Problem description => Find the line containing "f 381 380 379" in the entries below. Restate it and each line after it, word for word, up to and including the line containing "f 410 409 345".

Source information =>
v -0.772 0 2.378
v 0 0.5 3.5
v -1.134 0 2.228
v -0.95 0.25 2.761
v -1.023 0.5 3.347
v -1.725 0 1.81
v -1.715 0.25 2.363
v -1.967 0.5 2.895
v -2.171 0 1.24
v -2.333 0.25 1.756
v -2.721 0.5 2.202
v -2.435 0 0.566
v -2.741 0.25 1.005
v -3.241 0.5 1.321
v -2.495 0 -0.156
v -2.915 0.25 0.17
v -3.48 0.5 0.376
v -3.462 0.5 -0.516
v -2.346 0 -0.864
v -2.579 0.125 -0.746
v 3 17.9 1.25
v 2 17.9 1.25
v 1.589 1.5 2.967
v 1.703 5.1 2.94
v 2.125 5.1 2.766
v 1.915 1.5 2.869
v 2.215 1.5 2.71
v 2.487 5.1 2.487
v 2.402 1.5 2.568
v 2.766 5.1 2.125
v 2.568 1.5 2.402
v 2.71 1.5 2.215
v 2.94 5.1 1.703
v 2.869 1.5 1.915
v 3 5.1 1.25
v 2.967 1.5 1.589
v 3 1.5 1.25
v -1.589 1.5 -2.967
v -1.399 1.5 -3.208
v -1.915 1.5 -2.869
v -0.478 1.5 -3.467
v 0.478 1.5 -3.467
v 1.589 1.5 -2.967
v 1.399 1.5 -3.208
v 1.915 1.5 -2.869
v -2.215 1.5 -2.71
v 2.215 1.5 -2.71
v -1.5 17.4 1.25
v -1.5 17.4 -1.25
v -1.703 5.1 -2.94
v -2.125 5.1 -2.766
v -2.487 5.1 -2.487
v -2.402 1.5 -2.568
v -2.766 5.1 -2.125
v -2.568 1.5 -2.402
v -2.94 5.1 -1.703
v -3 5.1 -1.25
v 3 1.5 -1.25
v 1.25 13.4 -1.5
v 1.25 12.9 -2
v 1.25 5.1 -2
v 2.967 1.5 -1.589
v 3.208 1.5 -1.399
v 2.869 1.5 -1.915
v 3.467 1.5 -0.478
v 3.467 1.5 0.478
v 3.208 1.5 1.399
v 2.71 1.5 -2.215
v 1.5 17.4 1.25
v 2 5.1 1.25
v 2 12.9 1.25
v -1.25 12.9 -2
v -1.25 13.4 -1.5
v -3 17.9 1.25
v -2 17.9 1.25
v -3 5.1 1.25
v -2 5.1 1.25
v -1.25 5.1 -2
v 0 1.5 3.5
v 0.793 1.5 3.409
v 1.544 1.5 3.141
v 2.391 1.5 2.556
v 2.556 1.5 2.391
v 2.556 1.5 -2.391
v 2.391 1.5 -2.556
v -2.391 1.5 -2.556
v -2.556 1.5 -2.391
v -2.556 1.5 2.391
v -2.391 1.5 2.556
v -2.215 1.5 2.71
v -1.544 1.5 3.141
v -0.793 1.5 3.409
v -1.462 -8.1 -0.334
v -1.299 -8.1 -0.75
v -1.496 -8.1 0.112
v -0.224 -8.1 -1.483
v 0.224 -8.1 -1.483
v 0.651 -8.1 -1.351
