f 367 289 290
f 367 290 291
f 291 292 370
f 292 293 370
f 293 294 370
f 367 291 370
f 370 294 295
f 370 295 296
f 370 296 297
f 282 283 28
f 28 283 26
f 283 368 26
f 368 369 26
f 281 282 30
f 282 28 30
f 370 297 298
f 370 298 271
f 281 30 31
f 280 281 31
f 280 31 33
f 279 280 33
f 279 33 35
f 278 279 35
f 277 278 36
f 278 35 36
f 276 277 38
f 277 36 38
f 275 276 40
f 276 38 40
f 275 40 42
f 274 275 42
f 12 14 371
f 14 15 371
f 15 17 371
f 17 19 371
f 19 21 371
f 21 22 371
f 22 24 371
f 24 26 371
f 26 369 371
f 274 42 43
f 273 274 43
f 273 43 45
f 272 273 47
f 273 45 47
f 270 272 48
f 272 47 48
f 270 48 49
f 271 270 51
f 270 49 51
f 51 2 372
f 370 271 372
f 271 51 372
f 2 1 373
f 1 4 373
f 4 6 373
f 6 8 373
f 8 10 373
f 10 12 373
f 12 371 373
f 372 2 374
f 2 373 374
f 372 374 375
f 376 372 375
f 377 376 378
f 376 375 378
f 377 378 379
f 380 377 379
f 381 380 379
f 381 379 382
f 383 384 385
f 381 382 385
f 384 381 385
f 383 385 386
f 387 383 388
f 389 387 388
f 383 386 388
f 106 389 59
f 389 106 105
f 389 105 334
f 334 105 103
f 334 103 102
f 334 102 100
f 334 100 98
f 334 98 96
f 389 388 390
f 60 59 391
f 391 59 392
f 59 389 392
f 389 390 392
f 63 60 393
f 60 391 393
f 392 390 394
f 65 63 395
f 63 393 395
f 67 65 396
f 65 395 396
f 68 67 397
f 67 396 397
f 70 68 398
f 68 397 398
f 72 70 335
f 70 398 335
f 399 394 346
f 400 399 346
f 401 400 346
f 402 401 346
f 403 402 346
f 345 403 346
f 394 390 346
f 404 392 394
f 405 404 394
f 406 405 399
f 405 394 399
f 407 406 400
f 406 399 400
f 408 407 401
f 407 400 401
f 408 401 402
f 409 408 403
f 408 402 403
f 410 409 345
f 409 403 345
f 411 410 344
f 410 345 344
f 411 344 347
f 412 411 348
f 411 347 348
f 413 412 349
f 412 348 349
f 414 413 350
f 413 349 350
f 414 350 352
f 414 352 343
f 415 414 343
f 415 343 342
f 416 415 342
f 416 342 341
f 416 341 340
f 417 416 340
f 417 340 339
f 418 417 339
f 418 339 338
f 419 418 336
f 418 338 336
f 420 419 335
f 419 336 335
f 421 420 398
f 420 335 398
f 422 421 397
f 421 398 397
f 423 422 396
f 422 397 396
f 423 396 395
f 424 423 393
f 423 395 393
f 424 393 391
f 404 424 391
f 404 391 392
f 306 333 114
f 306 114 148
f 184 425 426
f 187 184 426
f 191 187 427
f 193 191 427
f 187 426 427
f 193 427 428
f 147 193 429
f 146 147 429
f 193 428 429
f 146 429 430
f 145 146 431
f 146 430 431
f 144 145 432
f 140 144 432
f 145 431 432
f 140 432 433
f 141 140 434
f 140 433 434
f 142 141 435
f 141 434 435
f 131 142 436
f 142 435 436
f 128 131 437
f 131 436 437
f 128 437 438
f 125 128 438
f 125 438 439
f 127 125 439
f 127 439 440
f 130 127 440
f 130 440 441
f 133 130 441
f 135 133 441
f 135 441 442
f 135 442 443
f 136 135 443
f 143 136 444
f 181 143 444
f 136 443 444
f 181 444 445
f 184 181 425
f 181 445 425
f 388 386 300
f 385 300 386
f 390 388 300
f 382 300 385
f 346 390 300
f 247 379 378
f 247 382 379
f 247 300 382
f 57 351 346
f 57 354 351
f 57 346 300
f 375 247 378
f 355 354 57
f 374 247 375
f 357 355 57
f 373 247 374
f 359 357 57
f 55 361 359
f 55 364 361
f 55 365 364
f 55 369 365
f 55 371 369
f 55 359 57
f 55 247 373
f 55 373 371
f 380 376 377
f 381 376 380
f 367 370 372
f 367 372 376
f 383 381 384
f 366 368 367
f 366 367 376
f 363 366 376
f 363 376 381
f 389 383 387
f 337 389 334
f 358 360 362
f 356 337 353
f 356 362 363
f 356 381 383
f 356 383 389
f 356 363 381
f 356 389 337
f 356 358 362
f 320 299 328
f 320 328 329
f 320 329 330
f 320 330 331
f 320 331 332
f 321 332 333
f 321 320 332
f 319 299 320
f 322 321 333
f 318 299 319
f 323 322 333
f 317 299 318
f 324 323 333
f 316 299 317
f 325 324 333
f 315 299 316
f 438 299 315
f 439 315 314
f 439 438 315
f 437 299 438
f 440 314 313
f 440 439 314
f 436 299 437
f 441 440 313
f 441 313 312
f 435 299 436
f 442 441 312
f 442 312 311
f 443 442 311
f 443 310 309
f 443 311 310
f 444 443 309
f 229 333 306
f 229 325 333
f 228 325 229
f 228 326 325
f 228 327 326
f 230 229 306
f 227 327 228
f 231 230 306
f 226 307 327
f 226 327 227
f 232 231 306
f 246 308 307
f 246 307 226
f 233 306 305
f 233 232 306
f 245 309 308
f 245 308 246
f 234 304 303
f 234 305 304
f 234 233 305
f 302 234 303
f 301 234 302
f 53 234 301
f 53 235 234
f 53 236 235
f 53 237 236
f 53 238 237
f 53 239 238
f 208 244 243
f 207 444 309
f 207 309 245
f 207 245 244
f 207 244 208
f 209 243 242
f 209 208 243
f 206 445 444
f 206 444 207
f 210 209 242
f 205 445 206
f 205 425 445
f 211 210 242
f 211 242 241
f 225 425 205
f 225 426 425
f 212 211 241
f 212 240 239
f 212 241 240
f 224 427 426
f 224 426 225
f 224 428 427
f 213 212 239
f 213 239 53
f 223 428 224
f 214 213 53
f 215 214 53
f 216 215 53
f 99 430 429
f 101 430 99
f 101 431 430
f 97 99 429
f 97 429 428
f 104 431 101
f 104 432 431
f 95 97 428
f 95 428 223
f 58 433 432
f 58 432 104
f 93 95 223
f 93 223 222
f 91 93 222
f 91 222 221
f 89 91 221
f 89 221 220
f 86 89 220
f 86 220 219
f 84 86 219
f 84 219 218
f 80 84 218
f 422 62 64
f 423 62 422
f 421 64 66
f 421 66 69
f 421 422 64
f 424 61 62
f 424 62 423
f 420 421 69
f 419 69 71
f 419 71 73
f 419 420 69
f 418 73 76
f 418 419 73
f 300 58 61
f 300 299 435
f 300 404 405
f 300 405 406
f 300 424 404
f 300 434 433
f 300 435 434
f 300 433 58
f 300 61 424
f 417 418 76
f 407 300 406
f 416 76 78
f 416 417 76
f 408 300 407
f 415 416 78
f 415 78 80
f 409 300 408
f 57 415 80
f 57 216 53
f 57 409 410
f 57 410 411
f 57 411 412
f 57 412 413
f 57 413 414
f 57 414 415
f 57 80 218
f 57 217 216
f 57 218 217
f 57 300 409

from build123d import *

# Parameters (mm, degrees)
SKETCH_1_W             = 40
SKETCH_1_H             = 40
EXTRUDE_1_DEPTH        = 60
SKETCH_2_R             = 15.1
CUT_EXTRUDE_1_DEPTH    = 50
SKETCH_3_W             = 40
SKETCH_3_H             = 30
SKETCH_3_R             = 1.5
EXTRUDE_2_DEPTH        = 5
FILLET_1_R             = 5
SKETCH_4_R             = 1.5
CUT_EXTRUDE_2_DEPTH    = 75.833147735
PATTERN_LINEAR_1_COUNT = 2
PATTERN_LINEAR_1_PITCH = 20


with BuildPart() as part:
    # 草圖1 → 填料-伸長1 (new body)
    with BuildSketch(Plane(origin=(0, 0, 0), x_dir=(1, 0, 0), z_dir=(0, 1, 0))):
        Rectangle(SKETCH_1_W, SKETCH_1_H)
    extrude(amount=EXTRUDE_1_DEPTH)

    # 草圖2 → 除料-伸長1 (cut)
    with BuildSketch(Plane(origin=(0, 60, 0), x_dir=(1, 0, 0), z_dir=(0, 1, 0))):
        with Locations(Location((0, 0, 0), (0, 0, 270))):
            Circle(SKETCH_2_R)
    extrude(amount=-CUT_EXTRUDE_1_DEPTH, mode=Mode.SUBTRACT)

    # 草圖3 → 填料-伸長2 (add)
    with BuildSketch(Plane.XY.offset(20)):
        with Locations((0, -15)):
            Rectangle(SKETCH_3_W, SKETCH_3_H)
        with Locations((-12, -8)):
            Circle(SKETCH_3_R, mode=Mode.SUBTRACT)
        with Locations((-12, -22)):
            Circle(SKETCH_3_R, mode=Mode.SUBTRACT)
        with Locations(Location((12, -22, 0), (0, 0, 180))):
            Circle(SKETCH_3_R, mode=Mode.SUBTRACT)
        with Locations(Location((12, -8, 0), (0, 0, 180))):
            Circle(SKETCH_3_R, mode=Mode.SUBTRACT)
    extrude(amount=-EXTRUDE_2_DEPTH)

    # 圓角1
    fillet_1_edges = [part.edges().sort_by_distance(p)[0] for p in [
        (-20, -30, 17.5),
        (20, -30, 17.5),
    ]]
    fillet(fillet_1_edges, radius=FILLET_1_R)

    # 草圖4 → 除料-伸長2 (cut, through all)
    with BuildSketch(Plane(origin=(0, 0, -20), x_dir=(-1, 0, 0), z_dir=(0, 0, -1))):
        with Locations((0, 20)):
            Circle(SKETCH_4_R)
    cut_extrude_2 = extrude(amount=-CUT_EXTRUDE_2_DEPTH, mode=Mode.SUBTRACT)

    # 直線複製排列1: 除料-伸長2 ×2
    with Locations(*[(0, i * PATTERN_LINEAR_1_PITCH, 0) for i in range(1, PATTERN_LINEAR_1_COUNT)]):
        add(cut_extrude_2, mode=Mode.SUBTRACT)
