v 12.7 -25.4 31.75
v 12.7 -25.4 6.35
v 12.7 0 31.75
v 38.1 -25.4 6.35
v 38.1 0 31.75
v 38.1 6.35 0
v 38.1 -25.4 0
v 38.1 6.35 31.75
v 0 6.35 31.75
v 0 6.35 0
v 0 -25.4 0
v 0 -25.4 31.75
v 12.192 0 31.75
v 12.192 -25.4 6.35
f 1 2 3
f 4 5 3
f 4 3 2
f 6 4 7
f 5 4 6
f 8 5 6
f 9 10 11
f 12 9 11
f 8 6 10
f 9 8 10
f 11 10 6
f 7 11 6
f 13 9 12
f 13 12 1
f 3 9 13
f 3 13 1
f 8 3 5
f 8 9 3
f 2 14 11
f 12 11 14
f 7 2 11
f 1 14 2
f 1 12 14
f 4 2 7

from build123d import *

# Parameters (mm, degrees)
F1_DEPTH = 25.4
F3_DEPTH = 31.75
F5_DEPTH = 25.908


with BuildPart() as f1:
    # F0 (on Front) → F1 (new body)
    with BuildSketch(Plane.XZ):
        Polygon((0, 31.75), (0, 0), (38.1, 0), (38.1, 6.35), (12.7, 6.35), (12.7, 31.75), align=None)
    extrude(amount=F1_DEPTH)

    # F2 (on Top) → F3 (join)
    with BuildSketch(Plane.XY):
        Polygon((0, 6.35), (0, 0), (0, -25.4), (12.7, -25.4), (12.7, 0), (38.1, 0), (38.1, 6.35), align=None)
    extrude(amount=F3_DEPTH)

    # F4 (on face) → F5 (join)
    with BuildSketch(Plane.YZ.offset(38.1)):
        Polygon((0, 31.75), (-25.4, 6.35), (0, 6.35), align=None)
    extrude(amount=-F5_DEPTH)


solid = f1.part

==

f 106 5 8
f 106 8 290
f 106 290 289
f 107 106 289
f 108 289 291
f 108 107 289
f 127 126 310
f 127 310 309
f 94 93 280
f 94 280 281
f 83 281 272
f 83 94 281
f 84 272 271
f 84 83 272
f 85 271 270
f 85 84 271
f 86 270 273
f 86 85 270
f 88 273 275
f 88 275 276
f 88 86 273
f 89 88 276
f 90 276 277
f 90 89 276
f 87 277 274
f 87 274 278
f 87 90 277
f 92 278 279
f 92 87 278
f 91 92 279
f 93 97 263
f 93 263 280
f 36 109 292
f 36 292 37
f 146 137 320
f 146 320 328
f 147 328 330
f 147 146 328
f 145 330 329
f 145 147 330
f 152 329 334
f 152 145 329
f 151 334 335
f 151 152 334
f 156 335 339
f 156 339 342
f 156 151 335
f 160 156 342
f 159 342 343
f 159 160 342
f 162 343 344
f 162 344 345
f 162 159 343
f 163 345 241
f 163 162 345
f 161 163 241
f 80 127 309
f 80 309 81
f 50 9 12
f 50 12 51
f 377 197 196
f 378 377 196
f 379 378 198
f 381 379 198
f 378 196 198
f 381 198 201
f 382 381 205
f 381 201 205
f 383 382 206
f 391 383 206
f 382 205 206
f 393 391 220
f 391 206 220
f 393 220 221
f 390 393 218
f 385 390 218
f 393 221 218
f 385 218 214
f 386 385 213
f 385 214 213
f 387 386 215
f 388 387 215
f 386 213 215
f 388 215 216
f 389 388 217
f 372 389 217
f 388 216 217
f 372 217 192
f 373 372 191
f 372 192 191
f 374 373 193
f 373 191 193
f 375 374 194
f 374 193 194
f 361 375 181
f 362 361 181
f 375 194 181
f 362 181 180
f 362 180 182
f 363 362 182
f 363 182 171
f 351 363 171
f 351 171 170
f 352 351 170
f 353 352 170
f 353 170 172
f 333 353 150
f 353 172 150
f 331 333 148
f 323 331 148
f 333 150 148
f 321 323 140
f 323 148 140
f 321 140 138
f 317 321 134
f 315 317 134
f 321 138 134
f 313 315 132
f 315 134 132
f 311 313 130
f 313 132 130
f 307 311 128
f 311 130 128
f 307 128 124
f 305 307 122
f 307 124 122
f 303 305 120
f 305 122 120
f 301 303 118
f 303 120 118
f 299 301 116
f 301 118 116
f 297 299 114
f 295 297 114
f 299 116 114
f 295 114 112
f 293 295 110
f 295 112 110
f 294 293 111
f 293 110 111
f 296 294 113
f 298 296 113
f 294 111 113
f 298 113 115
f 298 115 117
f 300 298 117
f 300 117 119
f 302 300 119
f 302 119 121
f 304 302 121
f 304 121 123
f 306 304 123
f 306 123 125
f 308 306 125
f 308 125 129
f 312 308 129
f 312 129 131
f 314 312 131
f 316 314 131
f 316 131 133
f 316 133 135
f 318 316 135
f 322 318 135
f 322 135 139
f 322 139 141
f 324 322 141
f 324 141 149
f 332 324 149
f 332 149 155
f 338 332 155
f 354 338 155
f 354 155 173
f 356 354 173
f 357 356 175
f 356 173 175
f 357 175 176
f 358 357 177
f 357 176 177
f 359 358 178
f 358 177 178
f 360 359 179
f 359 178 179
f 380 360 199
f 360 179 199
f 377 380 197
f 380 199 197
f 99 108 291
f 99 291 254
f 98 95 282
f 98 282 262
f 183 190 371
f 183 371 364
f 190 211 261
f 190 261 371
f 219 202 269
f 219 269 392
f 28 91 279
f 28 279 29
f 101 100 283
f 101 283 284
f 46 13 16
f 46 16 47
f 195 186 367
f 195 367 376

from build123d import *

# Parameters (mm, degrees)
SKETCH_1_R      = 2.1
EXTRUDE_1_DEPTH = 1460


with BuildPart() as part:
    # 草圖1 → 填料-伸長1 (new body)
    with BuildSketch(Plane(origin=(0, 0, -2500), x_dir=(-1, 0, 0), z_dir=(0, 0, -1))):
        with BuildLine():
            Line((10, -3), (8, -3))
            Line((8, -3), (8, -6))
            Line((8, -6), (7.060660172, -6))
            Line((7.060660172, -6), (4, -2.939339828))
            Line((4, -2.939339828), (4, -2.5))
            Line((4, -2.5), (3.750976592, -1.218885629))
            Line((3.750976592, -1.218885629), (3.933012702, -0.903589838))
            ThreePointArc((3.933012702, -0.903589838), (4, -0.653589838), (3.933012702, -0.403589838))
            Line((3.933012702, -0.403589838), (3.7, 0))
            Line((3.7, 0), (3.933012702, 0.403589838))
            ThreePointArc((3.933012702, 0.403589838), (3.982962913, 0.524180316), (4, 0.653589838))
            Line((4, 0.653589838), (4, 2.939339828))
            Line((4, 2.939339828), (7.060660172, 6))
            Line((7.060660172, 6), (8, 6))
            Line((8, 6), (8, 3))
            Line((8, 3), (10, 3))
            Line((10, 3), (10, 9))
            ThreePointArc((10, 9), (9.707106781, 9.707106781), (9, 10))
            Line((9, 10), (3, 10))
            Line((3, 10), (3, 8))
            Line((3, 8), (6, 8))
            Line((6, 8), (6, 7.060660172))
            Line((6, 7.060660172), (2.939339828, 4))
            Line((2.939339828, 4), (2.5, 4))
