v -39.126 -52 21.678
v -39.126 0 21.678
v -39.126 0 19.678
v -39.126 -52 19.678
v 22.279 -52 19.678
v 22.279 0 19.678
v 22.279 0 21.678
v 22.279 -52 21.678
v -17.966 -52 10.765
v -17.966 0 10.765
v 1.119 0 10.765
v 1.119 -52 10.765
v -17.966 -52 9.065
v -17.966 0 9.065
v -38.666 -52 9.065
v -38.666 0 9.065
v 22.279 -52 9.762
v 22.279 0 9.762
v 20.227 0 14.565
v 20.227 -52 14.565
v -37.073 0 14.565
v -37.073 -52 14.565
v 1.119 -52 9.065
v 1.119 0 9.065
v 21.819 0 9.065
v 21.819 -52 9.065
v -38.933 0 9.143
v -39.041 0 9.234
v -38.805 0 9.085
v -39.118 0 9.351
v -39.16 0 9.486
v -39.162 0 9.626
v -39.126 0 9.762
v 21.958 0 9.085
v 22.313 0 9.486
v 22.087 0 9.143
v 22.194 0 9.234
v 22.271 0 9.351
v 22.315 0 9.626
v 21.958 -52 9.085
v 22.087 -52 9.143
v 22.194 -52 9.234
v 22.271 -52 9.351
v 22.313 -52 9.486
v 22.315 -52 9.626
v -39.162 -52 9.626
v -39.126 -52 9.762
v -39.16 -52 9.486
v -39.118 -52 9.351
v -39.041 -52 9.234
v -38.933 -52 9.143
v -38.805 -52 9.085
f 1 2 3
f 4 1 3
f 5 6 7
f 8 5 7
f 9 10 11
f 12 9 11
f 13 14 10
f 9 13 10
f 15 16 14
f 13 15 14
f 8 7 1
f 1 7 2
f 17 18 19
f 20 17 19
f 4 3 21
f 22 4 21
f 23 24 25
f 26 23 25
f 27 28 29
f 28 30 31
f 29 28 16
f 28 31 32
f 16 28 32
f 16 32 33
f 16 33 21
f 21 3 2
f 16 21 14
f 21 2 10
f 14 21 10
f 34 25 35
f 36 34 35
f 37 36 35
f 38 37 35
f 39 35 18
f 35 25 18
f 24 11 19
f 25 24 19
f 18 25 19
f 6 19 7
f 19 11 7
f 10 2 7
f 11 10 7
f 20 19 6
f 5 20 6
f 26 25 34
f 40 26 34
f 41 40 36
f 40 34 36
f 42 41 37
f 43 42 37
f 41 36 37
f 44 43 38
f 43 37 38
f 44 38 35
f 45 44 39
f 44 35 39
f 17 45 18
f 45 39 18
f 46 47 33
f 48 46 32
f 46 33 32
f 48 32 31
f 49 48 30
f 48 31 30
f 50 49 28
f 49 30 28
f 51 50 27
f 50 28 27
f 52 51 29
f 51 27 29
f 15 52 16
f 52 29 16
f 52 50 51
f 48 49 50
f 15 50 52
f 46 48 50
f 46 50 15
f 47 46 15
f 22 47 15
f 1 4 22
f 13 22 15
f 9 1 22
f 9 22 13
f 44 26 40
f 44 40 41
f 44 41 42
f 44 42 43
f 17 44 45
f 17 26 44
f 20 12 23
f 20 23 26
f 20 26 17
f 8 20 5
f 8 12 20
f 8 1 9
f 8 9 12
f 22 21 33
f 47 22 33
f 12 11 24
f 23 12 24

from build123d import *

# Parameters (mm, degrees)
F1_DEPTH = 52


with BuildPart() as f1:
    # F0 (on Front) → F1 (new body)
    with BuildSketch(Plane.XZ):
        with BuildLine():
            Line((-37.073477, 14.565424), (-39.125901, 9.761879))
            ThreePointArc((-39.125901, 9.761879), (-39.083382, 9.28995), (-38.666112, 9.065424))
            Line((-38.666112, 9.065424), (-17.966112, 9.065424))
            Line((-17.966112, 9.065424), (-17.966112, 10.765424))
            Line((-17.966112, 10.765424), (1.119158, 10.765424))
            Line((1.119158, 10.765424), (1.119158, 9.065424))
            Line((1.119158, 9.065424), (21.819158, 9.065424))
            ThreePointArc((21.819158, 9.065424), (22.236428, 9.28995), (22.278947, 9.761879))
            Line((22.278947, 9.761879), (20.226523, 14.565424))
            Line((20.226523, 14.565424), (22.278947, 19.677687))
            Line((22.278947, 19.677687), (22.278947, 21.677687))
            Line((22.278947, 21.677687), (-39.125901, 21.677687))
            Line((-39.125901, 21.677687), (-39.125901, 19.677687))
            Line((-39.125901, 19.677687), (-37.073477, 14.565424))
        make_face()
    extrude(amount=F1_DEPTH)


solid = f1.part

Exercise answer =>
f 381 380 379
f 381 379 382
f 383 384 385
f 381 382 385
f 384 381 385
f 383 385 386
f 387 383 388
f 389 387 388
f 383 386 388
f 106 389 59
f 389 106 105
f 389 105 334
f 334 105 103
f 334 103 102
f 334 102 100
f 334 100 98
f 334 98 96
f 389 388 390
f 60 59 391
f 391 59 392
f 59 389 392
f 389 390 392
f 63 60 393
f 60 391 393
f 392 390 394
f 65 63 395
f 63 393 395
f 67 65 396
f 65 395 396
f 68 67 397
f 67 396 397
f 70 68 398
f 68 397 398
f 72 70 335
f 70 398 335
f 399 394 346
f 400 399 346
f 401 400 346
f 402 401 346
f 403 402 346
f 345 403 346
f 394 390 346
f 404 392 394
f 405 404 394
f 406 405 399
f 405 394 399
f 407 406 400
f 406 399 400
f 408 407 401
f 407 400 401
f 408 401 402
f 409 408 403
f 408 402 403
f 410 409 345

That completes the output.